[EXERCISE PROMPT]
Begin at the line below that has "v 3.7687 0.7726 0.1" and stop after the line that has "v 5.8523 -0.3831 0.1". Please restate only those lines, word for word.

[DATA SUPPLIED]
------------------------------------------------

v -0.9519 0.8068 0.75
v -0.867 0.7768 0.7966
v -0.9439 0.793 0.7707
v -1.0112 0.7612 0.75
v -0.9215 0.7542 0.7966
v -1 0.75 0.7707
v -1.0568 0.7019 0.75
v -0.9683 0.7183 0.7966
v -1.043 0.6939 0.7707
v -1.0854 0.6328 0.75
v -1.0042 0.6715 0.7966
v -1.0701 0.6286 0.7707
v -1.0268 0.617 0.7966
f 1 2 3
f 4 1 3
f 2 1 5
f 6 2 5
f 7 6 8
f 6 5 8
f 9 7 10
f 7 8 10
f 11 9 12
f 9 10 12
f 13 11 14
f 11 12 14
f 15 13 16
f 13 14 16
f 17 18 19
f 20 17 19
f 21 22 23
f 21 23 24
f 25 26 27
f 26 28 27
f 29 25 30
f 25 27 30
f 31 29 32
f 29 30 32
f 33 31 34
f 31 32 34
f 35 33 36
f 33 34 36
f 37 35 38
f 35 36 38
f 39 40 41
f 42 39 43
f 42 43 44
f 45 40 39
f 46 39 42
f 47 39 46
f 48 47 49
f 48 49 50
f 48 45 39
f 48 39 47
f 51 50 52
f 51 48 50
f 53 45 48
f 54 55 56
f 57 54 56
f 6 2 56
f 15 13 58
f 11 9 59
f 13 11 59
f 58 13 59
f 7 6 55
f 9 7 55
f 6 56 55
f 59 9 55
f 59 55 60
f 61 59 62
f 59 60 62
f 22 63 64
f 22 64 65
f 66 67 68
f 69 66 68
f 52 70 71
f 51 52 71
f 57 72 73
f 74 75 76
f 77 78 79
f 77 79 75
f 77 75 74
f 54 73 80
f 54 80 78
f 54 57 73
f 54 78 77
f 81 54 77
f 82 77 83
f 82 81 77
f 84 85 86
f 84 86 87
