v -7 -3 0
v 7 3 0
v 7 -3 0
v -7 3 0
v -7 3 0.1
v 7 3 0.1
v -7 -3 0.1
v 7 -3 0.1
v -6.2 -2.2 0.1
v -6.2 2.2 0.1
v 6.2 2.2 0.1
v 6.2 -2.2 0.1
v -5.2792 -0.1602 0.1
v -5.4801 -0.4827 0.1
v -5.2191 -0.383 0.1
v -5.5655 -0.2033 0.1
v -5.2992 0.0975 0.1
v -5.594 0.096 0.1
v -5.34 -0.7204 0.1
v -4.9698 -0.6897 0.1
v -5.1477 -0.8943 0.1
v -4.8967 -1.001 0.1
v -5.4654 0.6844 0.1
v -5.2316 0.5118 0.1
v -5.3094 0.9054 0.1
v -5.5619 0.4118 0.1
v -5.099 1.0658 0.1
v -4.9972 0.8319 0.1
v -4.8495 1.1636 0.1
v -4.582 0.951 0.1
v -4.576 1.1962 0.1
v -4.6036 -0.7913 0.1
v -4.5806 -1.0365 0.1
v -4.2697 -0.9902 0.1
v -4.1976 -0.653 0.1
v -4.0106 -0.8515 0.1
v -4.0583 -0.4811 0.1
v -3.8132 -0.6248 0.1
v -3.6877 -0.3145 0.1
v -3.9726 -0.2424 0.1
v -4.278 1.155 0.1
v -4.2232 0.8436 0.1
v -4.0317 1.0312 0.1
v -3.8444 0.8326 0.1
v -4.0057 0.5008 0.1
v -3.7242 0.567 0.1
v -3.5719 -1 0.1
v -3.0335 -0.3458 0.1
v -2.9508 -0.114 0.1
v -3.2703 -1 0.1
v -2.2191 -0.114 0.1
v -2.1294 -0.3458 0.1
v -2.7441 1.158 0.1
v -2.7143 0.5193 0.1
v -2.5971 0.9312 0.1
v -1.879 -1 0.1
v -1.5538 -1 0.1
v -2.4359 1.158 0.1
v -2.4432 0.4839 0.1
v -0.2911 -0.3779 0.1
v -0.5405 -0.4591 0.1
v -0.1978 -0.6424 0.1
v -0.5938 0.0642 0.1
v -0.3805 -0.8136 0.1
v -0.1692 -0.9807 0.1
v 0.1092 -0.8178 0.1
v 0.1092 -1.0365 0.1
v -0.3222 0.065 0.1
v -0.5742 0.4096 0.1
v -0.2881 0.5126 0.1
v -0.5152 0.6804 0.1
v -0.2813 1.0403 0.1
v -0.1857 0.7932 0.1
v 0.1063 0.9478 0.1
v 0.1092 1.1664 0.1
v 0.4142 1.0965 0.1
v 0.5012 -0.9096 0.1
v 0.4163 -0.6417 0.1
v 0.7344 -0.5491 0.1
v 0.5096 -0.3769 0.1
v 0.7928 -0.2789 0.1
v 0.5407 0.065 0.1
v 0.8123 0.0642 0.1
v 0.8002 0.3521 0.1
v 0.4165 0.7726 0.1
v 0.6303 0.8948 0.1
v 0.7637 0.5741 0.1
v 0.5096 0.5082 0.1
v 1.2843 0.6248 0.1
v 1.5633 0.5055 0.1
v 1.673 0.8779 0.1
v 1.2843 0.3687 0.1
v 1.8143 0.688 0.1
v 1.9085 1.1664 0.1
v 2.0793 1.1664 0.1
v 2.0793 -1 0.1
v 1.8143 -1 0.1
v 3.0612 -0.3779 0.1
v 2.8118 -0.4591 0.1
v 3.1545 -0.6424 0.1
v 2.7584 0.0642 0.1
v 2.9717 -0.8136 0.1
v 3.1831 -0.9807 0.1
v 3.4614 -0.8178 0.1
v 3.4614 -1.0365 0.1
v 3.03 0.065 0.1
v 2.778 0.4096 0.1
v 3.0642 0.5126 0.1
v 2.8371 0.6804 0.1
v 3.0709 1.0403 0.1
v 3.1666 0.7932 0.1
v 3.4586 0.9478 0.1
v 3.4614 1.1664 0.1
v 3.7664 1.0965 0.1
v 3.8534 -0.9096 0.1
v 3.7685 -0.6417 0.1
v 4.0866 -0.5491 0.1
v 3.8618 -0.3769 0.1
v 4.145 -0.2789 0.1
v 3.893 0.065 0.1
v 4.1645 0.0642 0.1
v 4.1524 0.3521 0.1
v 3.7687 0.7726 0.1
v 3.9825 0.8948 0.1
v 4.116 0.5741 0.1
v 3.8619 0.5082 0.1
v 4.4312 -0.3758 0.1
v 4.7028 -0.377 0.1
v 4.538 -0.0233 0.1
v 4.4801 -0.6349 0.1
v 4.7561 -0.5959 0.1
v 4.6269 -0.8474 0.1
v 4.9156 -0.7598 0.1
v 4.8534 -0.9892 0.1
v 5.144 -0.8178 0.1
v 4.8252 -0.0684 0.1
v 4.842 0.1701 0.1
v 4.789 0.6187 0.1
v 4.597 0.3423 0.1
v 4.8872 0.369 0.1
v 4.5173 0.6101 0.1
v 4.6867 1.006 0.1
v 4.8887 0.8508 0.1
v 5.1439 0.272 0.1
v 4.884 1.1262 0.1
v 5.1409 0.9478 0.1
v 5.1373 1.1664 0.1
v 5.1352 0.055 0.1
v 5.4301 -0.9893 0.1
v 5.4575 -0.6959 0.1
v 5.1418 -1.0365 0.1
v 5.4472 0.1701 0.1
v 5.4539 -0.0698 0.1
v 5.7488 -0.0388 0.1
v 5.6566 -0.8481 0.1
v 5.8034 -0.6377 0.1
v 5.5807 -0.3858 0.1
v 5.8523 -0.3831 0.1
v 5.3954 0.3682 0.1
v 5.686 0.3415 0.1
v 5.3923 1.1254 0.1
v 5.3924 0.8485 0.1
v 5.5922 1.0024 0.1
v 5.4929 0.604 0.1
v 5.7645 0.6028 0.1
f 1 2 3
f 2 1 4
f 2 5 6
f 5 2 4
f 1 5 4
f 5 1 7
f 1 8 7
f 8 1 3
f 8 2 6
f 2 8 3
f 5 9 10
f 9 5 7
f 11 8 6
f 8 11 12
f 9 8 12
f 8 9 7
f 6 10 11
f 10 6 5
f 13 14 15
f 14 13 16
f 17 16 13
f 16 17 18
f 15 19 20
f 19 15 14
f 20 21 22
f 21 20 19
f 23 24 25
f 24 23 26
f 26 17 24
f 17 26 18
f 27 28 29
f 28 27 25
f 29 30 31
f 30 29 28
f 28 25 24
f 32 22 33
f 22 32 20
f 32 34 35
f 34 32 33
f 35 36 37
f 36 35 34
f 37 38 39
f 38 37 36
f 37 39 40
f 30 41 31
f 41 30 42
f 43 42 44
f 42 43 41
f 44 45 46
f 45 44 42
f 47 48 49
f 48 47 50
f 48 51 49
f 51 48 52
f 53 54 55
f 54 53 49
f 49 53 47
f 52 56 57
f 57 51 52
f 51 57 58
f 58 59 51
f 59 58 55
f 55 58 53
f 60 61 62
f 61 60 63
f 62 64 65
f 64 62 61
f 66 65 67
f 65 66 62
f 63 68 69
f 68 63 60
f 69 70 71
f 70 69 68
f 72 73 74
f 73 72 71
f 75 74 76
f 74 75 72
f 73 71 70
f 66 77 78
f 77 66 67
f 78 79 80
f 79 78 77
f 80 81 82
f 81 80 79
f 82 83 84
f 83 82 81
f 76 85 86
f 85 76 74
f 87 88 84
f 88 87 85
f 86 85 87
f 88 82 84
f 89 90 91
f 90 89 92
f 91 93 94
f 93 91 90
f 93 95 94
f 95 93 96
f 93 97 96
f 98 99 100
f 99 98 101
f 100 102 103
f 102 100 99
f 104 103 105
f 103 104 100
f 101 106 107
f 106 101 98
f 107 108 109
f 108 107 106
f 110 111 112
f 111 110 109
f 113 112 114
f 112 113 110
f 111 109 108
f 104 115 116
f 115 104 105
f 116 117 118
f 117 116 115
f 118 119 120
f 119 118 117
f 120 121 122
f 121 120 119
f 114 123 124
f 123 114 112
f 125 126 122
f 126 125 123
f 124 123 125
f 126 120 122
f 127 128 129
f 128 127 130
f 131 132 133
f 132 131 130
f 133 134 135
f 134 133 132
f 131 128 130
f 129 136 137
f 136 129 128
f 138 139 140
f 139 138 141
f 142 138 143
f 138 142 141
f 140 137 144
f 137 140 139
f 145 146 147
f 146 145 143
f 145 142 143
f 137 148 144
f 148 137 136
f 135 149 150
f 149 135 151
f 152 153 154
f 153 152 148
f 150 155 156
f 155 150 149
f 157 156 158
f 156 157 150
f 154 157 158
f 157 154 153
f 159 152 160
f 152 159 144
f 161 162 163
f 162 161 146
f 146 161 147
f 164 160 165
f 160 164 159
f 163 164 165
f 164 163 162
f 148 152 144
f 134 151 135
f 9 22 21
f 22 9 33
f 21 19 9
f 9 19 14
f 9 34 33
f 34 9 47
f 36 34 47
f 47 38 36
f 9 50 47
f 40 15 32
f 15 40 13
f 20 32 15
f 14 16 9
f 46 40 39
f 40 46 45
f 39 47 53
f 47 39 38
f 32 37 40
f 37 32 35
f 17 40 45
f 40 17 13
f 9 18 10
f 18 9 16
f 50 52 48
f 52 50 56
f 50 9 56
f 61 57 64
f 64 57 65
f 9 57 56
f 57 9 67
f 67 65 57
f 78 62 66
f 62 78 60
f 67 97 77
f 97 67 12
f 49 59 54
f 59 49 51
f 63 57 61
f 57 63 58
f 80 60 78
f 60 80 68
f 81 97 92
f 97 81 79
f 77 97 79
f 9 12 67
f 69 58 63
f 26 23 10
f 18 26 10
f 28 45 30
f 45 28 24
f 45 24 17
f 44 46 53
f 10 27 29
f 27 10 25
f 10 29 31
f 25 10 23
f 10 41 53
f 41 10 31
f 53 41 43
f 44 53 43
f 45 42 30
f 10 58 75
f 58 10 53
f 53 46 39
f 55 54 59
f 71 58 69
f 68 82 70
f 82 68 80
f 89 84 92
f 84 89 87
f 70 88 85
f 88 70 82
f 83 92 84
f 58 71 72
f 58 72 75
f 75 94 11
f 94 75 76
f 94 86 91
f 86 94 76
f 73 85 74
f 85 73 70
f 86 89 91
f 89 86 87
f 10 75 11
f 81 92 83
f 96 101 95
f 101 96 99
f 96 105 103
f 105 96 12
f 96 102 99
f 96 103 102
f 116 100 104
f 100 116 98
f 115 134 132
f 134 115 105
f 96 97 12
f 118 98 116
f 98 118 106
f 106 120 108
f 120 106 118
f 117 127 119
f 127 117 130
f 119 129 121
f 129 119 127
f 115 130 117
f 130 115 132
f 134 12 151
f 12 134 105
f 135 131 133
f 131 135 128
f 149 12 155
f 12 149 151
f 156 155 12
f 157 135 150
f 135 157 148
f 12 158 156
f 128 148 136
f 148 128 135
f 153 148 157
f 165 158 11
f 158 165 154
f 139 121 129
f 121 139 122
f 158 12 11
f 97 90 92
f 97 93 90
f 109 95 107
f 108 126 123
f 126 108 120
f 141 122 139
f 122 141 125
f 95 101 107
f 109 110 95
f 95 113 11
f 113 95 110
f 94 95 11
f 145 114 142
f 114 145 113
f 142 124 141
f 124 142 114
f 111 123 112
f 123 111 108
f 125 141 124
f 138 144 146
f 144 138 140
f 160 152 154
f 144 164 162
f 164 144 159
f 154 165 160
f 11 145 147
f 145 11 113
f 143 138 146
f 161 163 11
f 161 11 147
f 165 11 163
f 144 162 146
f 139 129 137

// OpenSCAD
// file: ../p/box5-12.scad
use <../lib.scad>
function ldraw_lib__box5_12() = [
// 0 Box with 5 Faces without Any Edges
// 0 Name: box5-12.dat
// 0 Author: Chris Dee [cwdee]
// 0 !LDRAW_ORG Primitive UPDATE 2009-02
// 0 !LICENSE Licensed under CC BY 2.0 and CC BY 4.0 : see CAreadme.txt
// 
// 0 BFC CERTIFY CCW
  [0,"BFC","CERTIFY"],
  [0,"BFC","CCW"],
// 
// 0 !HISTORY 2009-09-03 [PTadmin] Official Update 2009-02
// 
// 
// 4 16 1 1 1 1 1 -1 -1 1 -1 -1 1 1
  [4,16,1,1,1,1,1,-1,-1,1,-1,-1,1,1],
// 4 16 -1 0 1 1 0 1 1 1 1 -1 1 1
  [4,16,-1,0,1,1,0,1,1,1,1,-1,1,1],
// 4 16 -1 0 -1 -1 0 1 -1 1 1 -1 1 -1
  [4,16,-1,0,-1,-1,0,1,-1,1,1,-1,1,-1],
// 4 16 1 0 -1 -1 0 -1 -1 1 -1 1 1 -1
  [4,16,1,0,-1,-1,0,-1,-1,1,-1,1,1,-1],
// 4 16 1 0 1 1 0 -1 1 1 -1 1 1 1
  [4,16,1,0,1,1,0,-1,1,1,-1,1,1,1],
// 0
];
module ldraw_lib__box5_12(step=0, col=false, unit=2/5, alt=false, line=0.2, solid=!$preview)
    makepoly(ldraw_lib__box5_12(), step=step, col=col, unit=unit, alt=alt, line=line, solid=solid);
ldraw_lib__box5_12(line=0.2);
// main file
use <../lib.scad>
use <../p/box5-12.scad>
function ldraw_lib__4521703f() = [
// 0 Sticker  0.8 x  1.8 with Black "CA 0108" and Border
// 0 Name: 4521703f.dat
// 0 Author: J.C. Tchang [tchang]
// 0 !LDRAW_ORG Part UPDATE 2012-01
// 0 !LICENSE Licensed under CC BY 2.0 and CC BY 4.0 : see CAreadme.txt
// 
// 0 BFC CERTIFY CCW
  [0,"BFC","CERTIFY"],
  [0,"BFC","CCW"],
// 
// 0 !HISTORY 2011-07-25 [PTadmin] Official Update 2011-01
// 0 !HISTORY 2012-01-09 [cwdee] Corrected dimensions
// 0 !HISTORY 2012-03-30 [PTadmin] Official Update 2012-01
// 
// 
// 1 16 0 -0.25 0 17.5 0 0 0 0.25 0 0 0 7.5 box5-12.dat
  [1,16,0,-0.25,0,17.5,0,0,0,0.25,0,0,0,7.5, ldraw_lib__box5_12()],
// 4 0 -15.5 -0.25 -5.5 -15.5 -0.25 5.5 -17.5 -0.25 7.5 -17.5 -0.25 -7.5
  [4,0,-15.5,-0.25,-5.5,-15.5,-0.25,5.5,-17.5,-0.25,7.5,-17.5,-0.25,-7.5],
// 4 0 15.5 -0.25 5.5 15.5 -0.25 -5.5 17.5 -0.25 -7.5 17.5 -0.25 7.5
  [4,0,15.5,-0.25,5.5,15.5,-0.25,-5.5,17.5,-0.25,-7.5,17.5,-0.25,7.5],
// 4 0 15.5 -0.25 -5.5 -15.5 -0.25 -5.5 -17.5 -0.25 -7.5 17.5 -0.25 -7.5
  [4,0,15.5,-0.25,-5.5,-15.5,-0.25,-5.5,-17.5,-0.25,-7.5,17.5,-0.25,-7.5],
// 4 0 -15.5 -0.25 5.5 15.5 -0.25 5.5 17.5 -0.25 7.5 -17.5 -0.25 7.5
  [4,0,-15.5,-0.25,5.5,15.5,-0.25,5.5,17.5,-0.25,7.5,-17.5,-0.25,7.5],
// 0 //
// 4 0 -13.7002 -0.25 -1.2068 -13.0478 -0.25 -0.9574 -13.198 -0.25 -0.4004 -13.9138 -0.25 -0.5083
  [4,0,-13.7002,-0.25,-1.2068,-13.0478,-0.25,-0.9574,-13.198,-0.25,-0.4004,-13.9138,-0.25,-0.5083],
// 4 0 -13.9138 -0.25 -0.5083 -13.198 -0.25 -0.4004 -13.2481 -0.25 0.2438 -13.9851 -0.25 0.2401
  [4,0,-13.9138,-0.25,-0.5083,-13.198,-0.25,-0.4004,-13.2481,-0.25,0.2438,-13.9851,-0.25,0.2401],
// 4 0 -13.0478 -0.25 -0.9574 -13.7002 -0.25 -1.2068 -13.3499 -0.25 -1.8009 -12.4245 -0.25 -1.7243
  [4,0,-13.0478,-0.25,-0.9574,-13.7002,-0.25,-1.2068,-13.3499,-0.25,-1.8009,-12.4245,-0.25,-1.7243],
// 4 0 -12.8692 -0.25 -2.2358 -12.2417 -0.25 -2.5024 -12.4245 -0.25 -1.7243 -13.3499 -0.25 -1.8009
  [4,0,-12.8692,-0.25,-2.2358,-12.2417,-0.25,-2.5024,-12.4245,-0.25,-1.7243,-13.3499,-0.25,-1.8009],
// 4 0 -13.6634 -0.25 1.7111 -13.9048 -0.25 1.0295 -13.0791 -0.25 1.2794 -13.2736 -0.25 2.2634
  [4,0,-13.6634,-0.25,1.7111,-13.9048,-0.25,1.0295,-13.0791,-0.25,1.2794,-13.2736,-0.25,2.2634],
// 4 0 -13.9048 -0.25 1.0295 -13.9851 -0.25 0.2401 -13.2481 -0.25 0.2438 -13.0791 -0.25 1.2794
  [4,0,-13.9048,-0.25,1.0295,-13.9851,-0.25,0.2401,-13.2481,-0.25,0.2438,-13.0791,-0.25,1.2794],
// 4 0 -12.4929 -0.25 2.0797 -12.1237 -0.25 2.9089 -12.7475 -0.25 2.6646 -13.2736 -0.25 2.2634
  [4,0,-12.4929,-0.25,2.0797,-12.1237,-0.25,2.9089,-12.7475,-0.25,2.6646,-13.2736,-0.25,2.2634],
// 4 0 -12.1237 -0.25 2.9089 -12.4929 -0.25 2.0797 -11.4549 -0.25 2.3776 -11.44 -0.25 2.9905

------------------------------------------------

[RESULT OF THE TASK]
v 3.7687 0.7726 0.1
v 3.9825 0.8948 0.1
v 4.116 0.5741 0.1
v 3.8619 0.5082 0.1
v 4.4312 -0.3758 0.1
v 4.7028 -0.377 0.1
v 4.538 -0.0233 0.1
v 4.4801 -0.6349 0.1
v 4.7561 -0.5959 0.1
v 4.6269 -0.8474 0.1
v 4.9156 -0.7598 0.1
v 4.8534 -0.9892 0.1
v 5.144 -0.8178 0.1
v 4.8252 -0.0684 0.1
v 4.842 0.1701 0.1
v 4.789 0.6187 0.1
v 4.597 0.3423 0.1
v 4.8872 0.369 0.1
v 4.5173 0.6101 0.1
v 4.6867 1.006 0.1
v 4.8887 0.8508 0.1
v 5.1439 0.272 0.1
v 4.884 1.1262 0.1
v 5.1409 0.9478 0.1
v 5.1373 1.1664 0.1
v 5.1352 0.055 0.1
v 5.4301 -0.9893 0.1
v 5.4575 -0.6959 0.1
v 5.1418 -1.0365 0.1
v 5.4472 0.1701 0.1
v 5.4539 -0.0698 0.1
v 5.7488 -0.0388 0.1
v 5.6566 -0.8481 0.1
v 5.8034 -0.6377 0.1
v 5.5807 -0.3858 0.1
v 5.8523 -0.3831 0.1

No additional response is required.